First post for me here and I'm hopeful someone can help. I am hooking a Wii, an iPod and a Sony 200 disc carousel in (all with good patch cords), a Sony DVD (with component A/V cable) a laptop with BluRay capabilities (with HDMI) and an ATT U-verse box (with HDMI). I'm running HDMI from the Denon to a Sony 51" Wega. I've got the manual but I'm having problems understanding how to assign inputs and getting the on screen display to show. Can someone help?


----------



## tonyvdb (Sep 5, 2007)

Hi Brandon, Welcome to the Shack!

First thing you need to do is select HDMI out "on" or "yes" There should be a button on the front panel of the Denon or on the Remote to do this.

From that point you should see the menu on your display and you will need to find the menu setting that has system input assign or something like that.


----------



## tonyvdb (Sep 5, 2007)

Have a look at Page 51 in your manual it explains how to set up the HDMI output.


----------



## IndyGuy (Dec 8, 2009)

Thank you! I'll give that a shot. I believe my confusion on the inputs was related to assigning Digital inputs. Since I'm not using any (only patch cords or component cable) these should be set to NONE, correct?
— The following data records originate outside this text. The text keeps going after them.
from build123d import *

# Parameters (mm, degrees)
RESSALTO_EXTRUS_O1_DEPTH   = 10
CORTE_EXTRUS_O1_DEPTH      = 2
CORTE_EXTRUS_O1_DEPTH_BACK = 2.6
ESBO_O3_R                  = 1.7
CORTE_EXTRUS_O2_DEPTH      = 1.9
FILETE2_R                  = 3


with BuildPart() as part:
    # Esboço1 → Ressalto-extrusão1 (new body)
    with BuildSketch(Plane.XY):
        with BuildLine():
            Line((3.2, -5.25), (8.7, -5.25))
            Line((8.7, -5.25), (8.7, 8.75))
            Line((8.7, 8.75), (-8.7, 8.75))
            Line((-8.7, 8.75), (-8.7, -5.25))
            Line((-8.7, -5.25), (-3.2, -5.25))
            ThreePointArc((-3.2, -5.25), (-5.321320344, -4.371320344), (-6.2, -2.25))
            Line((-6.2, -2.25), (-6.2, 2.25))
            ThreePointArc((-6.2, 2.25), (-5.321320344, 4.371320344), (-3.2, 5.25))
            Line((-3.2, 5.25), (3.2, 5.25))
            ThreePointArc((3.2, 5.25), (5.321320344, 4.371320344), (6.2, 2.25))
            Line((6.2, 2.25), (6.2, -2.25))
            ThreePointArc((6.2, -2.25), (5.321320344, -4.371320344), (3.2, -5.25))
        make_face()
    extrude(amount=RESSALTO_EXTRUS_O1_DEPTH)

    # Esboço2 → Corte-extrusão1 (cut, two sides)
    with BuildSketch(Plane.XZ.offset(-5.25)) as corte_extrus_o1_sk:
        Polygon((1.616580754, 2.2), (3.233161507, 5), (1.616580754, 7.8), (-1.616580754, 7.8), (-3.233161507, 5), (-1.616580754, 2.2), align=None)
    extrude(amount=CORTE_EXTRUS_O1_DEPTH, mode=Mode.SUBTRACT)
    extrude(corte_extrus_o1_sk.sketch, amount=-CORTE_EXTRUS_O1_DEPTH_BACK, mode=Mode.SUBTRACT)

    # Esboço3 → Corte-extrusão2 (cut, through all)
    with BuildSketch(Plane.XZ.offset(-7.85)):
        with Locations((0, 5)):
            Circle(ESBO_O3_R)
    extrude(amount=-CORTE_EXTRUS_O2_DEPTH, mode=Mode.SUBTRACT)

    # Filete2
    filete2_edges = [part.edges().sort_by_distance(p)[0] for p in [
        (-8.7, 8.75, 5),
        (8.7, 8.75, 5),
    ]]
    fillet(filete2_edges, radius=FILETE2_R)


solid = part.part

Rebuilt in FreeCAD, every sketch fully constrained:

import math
import FreeCAD as App
import Part
import Sketcher
Q = App.Units.Quantity


def edges_at(feature, points):
    """Names of the edges that pass closest to the given points."""
    edges = feature.Shape.Edges
    near = lambda p: min(range(len(edges)), key=lambda i: edges[i].distToShape(Part.Vertex(*p))[0])
    return sorted({f"Edge{near(p) + 1}" for p in points})

doc = App.newDocument("Part")
params = doc.addObject("Spreadsheet::Sheet", "Params")
for row, (alias, value) in enumerate([
    ("sketch1_radius", "3 mm"),
    ("sketch1_height", "14 mm"),
    ("sketch1_width", "5.5 mm"),
    ("sketch1_width2", "17.4 mm"),
    ("sketch1_height2", "4.5 mm"),
    ("pad1_length", "10 mm"),
    ("pocket1_length", "2 mm"),
    ("pocket1_length2", "2.6 mm"),
    ("sketch3_diameter", "3.4 mm"),
    ("fillet_radius", "3 mm"),
], start=1):
    params.set(f"A{row}", alias)
    params.set(f"B{row}", "=" + value)
    params.setAlias(f"B{row}", alias)

body = doc.addObject("PartDesign::Body", "Body")

sketch1 = body.newObject("Sketcher::SketchObject", "Sketch")
sketch1.AttachmentSupport = (doc.getObject("XY_Plane"), [""])
sketch1.MapMode = "FlatFace"
sketch1.addGeometry([
    Part.LineSegment(App.Vector(3.2, -5.2, 0), App.Vector(8.7, -5.2, 0)),
    Part.LineSegment(App.Vector(8.7, -5.2, 0), App.Vector(8.7, 8.8, 0)),
    Part.LineSegment(App.Vector(8.7, 8.8, 0), App.Vector(-8.7, 8.8, 0)),
    Part.LineSegment(App.Vector(-8.7, 8.8, 0), App.Vector(-8.7, -5.2, 0)),
    Part.LineSegment(App.Vector(-8.7, -5.2, 0), App.Vector(-3.2, -5.2, 0)),
    Part.ArcOfCircle(Part.Circle(App.Vector(-3.2, -2.3, 0), App.Vector(0, 0, 1), 3), math.radians(180), math.radians(270)),
    Part.LineSegment(App.Vector(-6.2, -2.2, 0), App.Vector(-6.2, 2.2, 0)),
    Part.ArcOfCircle(Part.Circle(App.Vector(-3.2, 2.3, 0), App.Vector(0, 0, 1), 3), math.radians(90), math.radians(180)),
    Part.LineSegment(App.Vector(-3.2, 5.2, 0), App.Vector(3.2, 5.2, 0)),
    Part.ArcOfCircle(Part.Circle(App.Vector(3.2, 2.3, 0), App.Vector(0, 0, 1), 3), math.radians(0), math.radians(90)),
    Part.LineSegment(App.Vector(6.2, 2.2, 0), App.Vector(6.2, -2.2, 0)),
    Part.ArcOfCircle(Part.Circle(App.Vector(3.2, -2.3, 0), App.Vector(0, 0, 1), 3), math.radians(-90), math.radians(0)),
], False)
sketch1.addConstraint([
    Sketcher.Constraint("Coincident", 0, 2, 1, 1),
    Sketcher.Constraint("Coincident", 1, 2, 2, 1),
    Sketcher.Constraint("Coincident", 2, 2, 3, 1),
    Sketcher.Constraint("Coincident", 3, 2, 4, 1),
    Sketcher.Constraint("Tangent", 4, 2, 5, 2),
    Sketcher.Constraint("Tangent", 5, 1, 6, 1),
    Sketcher.Constraint("Tangent", 6, 2, 7, 2),
    Sketcher.Constraint("Tangent", 7, 1, 8, 1),
    Sketcher.Constraint("Tangent", 8, 2, 9, 2),
    Sketcher.Constraint("Tangent", 9, 1, 10, 1),
    Sketcher.Constraint("Tangent", 10, 2, 11, 2),
    Sketcher.Constraint("Tangent", 11, 1, 0, 1),
    Sketcher.Constraint("Horizontal", 0),
    Sketcher.Constraint("Vertical", 1),
    Sketcher.Constraint("Horizontal", 2),
    Sketcher.Constraint("Vertical", 3),
    Sketcher.Constraint("Horizontal", 4),
    Sketcher.Constraint("Vertical", 6),
    Sketcher.Constraint("Horizontal", 8),
    Sketcher.Constraint("Vertical", 10),
    Sketcher.Constraint("Equal", 5, 7),
    Sketcher.Constraint("Equal", 7, 9),
    Sketcher.Constraint("Equal", 9, 11),
    Sketcher.Constraint("Symmetric", 5, 3, 9, 3, -1, 1),
    Sketcher.Constraint("Symmetric", 0, 2, 3, 2, -2),
    Sketcher.Constraint("Radius", 5, Q("3 mm")),
    Sketcher.Constraint("DistanceY", 1, 1, 1, 2, Q("14 mm")),
    Sketcher.Constraint("DistanceX", 0, 1, 0, 2, Q("5.5 mm")),
    Sketcher.Constraint("DistanceX", 2, 2, 2, 1, Q("17.4 mm")),
    Sketcher.Constraint("DistanceY", 6, 1, 6, 2, Q("4.5 mm")),
])
sketch1.setExpression("Constraints[25]", "Params.sketch1_radius")
sketch1.setExpression("Constraints[26]", "Params.sketch1_height")
sketch1.setExpression("Constraints[27]", "Params.sketch1_width")
sketch1.setExpression("Constraints[28]", "Params.sketch1_width2")
sketch1.setExpression("Constraints[29]", "Params.sketch1_height2")
pad1 = body.newObject("PartDesign::Pad", "Pad")
pad1.Profile = sketch1
pad1.setExpression("Length", "Params.pad1_length")

sketch2 = body.newObject("Sketcher::SketchObject", "Sketch001")
sketch2.AttachmentSupport = (doc.getObject("XZ_Plane"), [""])
sketch2.MapMode = "FlatFace"
sketch2.AttachmentOffset = App.Placement(App.Vector(0, 0, -5.25), App.Rotation())
sketch2.addGeometry([
    Part.LineSegment(App.Vector(1.6, 2.2, 0), App.Vector(3.2, 5, 0)),
    Part.LineSegment(App.Vector(3.2, 5, 0), App.Vector(1.6, 7.8, 0)),
    Part.LineSegment(App.Vector(1.6, 7.8, 0), App.Vector(-1.6, 7.8, 0)),
    Part.LineSegment(App.Vector(-1.6, 7.8, 0), App.Vector(-3.2, 5, 0)),
    Part.LineSegment(App.Vector(-3.2, 5, 0), App.Vector(-1.6, 2.2, 0)),
    Part.LineSegment(App.Vector(-1.6, 2.2, 0), App.Vector(1.6, 2.2, 0)),
], False)
sketch2.addConstraint([
    Sketcher.Constraint("Coincident", 0, 2, 1, 1),
    Sketcher.Constraint("Coincident", 1, 2, 2, 1),
    Sketcher.Constraint("Coincident", 2, 2, 3, 1),
    Sketcher.Constraint("Coincident", 3, 2, 4, 1),
    Sketcher.Constraint("Coincident", 4, 2, 5, 1),
    Sketcher.Constraint("Coincident", 5, 2, 0, 1),
    Sketcher.Constraint("Horizontal", 2),
    Sketcher.Constraint("Horizontal", 5),
    Sketcher.Constraint("Symmetric", 0, 2, 3, 2, -2),
    Sketcher.Constraint("Parallel", 0, 3),
    Sketcher.Constraint("Parallel", 1, 4),
    Sketcher.Constraint("Vertical", 2, 2, 4, 2),
    Sketcher.Constraint("Vertical", 1, 2, 5, 2),
    Sketcher.Constraint("Angle", 0, Q("60 deg")),
    Sketcher.Constraint("DistanceY", -1, 1, 0, 2, Q("5 mm")),
    Sketcher.Constraint("DistanceY", -1, 1, 1, 2, Q("7.8 mm")),
    Sketcher.Constraint("DistanceX", 2, 2, 2, 1, Q("3.233162 mm")),
])
pocket1 = body.newObject("PartDesign::Pocket", "Pocket")
pocket1.Profile = sketch2
pocket1.Type = "TwoLengths"
pocket1.setExpression("Length", "Params.pocket1_length")
pocket1.setExpression("Length2", "Params.pocket1_length2")
pocket1.Reversed = True

sketch3 = body.newObject("Sketcher::SketchObject", "Sketch002")
sketch3.AttachmentSupport = (doc.getObject("XZ_Plane"), [""])
sketch3.MapMode = "FlatFace"
sketch3.AttachmentOffset = App.Placement(App.Vector(0, 0, -7.85), App.Rotation())
sketch3.addGeometry(Part.Circle(App.Vector(0, 5, 0), App.Vector(0, 0, 1), 1.7), False)
sketch3.addConstraint([
    Sketcher.Constraint("PointOnObject", 0, 3, -2),
    Sketcher.Constraint("Diameter", 0, Q("3.4 mm")),
    Sketcher.Constraint("DistanceY", -1, 1, 0, 3, Q("5 mm")),
])
sketch3.setExpression("Constraints[1]", "Params.sketch3_diameter")
pocket2 = body.newObject("PartDesign::Pocket", "Pocket001")
pocket2.Profile = sketch3
pocket2.Type = "ThroughAll"
doc.recompute()

fillet = body.newObject("PartDesign::Fillet", "Fillet")
fillet.Base = (pocket2, edges_at(pocket2, [(-8.7, 8.75, 5), (8.7, 8.75, 5)]))
fillet.setExpression("Radius", "Params.fillet_radius")

doc.recompute()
In effect, since I've plugged in cables, the only thing left to do would be assign name, etc. The Denon should recognize these inputs and play them, correct?


----------



## tonyvdb (Sep 5, 2007)

IndyGuy said:


> Since I'm not using any (only patch cords or component cable) these should be set to NONE, correct?


Yes, HDMI OUT should be set to "NO"


> In effect, since I've plugged in cables, the only thing left to do would be assign name, etc. The Denon should recognize these inputs and play them, correct?


Not necessarily, I dont own a Denon but my on Onkyo you need to assign the input to each input button.


----------